TASK INSTRUCTIONS:
Scan the records below for the line containing "#245=ORIENTED_EDGE('',*,*,#244,.T.);" and the line containing "#251=EDGE_LOOP('',(#245,#246,#247,#250));". Copy both, plus every line between, exactly.
DATA SHOWN Block Start
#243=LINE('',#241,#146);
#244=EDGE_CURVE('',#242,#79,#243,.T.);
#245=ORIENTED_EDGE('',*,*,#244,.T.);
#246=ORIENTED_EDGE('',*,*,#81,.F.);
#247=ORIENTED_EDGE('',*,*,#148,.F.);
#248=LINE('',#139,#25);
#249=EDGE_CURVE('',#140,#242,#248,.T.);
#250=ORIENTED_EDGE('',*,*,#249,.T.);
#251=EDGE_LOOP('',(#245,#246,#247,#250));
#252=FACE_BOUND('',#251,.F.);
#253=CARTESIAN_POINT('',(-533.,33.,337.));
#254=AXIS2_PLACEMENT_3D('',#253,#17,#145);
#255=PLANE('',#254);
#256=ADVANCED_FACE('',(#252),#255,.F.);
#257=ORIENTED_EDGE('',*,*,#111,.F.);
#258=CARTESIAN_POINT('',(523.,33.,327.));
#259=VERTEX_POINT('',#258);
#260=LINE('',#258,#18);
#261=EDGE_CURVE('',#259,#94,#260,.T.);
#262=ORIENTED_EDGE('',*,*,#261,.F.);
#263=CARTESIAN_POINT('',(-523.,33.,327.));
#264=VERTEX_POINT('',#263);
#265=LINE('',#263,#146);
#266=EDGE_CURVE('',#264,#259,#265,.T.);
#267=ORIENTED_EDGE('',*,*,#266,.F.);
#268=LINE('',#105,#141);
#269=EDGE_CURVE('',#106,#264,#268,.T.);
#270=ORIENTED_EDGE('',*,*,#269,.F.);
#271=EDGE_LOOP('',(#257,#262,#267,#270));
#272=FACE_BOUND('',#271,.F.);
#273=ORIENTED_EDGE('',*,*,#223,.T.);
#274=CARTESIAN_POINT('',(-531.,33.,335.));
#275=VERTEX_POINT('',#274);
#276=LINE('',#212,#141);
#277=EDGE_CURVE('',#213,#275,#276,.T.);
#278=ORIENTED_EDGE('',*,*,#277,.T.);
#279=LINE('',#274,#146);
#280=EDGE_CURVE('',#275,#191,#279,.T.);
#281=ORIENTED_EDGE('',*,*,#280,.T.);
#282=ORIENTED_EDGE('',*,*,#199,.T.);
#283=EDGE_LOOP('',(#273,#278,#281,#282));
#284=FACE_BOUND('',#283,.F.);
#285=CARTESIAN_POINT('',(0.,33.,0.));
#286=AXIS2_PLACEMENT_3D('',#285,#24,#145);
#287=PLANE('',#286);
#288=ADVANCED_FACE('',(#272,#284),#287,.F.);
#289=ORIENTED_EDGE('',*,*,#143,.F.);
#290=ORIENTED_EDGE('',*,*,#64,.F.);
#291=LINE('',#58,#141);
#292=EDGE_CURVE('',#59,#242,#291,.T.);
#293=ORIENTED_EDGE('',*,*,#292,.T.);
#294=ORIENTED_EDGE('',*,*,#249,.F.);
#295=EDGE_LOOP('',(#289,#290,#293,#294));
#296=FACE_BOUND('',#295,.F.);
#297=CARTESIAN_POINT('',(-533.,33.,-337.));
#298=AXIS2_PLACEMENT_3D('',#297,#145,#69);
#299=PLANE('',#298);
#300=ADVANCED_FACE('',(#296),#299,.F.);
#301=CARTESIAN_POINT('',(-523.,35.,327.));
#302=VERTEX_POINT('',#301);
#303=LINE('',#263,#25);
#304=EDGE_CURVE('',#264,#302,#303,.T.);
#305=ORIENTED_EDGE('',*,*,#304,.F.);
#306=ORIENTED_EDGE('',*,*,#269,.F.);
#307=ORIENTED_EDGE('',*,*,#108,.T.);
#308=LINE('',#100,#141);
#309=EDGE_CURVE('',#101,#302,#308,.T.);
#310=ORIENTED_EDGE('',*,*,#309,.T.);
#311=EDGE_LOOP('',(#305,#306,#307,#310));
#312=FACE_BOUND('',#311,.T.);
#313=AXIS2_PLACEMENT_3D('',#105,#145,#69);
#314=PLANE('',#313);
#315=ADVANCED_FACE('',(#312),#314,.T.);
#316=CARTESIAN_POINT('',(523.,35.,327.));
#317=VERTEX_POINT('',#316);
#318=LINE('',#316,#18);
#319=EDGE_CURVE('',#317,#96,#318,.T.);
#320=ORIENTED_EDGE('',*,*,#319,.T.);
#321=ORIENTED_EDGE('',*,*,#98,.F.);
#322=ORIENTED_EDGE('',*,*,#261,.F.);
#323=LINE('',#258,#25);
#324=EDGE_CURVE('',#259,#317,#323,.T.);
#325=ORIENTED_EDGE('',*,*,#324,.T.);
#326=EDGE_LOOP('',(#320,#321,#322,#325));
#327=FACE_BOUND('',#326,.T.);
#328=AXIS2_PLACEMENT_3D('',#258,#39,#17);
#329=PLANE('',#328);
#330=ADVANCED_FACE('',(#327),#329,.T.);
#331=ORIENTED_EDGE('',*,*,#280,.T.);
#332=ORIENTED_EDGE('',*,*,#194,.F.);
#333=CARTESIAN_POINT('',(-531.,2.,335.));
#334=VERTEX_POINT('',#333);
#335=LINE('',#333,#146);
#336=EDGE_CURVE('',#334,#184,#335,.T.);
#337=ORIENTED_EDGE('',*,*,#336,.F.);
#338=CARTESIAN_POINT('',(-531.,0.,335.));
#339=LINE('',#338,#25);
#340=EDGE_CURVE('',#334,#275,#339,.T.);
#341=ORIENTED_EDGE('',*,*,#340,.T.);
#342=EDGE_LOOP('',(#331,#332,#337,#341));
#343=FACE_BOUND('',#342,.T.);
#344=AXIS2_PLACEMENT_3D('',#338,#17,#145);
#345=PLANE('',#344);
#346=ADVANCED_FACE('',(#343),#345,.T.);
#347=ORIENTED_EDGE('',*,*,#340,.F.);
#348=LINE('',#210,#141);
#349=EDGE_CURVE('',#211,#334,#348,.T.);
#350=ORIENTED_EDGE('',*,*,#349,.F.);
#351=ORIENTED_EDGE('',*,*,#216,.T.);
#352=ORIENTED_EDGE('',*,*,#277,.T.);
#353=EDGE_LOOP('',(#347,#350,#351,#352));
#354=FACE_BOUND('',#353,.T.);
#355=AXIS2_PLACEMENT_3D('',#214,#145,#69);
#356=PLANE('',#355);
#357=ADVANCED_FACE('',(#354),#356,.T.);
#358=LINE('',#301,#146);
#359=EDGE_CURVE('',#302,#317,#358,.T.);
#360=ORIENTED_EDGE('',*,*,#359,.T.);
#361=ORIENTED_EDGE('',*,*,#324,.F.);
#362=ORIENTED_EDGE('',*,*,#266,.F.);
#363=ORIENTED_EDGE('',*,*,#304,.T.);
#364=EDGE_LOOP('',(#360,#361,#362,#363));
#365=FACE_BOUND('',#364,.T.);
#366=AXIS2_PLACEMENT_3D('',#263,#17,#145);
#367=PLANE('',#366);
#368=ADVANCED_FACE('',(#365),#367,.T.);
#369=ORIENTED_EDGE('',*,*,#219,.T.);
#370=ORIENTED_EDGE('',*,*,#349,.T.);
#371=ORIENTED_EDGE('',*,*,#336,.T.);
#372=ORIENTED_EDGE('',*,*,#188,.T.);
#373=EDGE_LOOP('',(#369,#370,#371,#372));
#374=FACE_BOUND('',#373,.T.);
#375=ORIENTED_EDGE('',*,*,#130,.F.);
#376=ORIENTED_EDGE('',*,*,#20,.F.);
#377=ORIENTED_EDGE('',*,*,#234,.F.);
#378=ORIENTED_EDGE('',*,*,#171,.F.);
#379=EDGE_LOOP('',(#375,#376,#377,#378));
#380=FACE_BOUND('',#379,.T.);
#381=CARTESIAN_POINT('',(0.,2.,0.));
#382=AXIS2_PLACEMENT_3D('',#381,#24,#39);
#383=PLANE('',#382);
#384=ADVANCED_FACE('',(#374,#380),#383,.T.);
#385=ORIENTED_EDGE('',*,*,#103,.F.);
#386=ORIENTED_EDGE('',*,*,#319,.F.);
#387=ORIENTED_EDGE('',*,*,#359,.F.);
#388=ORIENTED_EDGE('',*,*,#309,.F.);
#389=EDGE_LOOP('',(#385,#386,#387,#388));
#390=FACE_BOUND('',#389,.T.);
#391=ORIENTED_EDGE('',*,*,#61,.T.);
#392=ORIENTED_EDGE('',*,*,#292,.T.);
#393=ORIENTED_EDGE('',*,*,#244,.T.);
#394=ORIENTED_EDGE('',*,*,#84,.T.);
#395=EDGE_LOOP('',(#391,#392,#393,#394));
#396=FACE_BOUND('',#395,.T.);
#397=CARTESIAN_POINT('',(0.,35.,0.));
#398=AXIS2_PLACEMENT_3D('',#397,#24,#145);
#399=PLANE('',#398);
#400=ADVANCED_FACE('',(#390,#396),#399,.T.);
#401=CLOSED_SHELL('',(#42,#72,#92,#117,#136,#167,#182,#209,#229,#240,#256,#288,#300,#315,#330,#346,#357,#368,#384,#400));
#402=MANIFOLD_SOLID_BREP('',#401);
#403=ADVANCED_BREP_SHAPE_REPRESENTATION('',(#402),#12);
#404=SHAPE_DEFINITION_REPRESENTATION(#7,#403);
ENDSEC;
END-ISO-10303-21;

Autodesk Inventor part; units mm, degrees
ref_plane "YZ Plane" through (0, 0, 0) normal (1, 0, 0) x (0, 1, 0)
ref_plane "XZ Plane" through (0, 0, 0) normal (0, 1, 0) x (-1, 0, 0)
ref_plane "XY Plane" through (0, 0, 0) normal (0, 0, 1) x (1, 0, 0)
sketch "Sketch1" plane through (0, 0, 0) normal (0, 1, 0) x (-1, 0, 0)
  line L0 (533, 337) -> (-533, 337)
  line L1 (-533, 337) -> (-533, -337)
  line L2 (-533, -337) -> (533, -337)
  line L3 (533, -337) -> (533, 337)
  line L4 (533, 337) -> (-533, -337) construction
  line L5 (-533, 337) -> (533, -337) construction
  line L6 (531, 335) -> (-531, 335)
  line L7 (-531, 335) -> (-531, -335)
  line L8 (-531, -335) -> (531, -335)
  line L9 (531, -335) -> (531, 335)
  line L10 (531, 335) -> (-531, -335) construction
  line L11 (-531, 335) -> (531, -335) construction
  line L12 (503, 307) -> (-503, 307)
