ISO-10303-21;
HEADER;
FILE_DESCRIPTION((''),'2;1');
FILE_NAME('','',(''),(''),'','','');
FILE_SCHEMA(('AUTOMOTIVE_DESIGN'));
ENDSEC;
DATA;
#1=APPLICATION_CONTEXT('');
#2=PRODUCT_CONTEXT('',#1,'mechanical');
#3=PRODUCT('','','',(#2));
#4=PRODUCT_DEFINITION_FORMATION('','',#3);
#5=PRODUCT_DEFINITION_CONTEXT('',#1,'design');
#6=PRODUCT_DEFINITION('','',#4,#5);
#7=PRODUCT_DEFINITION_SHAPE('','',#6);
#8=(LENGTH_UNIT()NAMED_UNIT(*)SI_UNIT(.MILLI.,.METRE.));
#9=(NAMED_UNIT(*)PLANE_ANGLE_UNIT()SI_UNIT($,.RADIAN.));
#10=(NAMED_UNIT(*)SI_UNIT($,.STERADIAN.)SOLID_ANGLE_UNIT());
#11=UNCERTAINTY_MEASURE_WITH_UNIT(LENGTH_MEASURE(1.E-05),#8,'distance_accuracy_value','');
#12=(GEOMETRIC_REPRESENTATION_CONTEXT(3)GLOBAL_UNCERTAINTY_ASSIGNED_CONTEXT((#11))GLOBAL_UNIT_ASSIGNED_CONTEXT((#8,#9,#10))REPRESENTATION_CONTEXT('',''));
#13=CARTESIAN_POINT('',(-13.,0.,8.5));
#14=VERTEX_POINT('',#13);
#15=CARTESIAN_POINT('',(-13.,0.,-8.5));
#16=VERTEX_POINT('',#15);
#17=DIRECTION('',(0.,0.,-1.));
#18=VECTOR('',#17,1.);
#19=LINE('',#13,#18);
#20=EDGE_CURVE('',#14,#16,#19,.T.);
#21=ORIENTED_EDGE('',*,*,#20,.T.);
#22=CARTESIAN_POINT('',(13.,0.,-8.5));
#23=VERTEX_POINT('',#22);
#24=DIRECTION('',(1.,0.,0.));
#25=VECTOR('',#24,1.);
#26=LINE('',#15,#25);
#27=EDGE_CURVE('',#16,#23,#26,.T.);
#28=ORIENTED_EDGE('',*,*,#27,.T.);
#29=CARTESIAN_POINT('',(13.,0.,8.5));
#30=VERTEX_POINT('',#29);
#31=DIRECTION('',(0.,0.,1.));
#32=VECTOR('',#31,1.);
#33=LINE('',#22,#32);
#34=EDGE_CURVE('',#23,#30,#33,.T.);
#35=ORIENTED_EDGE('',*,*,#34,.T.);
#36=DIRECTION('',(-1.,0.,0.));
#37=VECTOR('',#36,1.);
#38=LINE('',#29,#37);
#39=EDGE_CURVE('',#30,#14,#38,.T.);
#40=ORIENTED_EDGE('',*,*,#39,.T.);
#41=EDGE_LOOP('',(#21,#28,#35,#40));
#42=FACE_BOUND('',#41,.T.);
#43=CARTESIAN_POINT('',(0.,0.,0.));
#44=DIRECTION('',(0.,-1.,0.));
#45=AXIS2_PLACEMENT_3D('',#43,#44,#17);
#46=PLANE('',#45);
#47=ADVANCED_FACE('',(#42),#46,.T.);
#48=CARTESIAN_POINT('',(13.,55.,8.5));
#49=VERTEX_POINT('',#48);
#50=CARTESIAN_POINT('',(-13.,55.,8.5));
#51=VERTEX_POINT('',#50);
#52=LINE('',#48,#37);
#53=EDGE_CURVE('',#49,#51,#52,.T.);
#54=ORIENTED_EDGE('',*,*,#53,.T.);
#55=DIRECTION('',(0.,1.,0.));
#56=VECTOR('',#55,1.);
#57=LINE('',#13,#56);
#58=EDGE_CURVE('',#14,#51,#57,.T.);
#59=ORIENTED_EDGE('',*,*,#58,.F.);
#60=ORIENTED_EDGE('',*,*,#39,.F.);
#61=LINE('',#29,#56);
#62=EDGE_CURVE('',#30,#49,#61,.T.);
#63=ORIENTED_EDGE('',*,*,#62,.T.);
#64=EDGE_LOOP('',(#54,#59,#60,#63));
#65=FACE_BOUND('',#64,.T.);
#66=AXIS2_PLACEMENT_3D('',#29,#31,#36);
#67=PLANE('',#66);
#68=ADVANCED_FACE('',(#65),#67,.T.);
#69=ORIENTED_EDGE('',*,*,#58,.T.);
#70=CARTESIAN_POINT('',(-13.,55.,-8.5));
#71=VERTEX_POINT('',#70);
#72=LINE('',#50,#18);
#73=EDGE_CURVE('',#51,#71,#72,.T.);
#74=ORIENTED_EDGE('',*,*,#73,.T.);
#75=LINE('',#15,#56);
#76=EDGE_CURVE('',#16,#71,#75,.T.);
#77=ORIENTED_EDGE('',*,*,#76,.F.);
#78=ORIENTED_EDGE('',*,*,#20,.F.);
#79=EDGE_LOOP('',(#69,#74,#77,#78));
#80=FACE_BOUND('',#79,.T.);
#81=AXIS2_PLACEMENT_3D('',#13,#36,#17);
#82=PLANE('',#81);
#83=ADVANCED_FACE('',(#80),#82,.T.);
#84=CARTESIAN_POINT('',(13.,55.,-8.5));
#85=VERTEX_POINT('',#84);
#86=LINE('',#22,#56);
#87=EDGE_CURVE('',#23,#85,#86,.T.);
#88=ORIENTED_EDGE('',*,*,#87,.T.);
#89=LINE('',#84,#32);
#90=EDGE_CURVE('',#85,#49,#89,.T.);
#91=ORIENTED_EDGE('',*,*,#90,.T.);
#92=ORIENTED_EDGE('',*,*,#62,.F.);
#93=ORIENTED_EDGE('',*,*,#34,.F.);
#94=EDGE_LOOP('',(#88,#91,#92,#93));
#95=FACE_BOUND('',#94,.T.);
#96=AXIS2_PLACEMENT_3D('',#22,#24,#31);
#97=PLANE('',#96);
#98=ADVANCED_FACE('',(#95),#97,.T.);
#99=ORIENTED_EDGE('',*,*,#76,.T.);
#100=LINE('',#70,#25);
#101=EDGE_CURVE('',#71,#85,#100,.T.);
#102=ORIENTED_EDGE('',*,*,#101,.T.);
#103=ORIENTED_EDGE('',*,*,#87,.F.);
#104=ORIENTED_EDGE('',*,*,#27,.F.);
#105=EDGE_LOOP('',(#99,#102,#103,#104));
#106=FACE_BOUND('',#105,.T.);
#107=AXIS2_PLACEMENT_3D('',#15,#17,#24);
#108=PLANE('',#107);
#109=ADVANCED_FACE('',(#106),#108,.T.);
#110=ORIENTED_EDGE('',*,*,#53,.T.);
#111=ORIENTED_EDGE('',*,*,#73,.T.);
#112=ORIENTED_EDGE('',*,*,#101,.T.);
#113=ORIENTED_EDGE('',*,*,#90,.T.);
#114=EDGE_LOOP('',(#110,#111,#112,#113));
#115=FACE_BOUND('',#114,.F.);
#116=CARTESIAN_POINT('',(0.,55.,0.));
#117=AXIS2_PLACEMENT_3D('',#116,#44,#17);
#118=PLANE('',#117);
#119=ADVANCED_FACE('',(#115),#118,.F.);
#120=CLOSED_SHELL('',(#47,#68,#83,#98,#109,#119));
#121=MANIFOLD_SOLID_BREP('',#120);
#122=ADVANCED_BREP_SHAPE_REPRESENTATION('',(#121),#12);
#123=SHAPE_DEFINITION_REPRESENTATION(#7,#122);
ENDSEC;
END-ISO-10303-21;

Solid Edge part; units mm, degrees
sketch "Sketch1" plane through (0, 0, 0) normal (0, -1, 0) x (1, 0, 0)
  line L0 (-13, -8.5) -> (13, -8.5)
  line L1 (13, -8.5) -> (13, 8.5)
  line L2 (13, 8.5) -> (-13, 8.5)
  line L3 (-13, 8.5) -> (-13, -8.5)
extrude "Protrusion1" add sketch "Sketch1" against normal blind 55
DATA SHOWN Block End
EXERCISE ANSWER:
#245=ORIENTED_EDGE('',*,*,#244,.T.);
#246=ORIENTED_EDGE('',*,*,#81,.F.);
#247=ORIENTED_EDGE('',*,*,#148,.F.);
#248=LINE('',#139,#25);
#249=EDGE_CURVE('',#140,#242,#248,.T.);
#250=ORIENTED_EDGE('',*,*,#249,.T.);
#251=EDGE_LOOP('',(#245,#246,#247,#250));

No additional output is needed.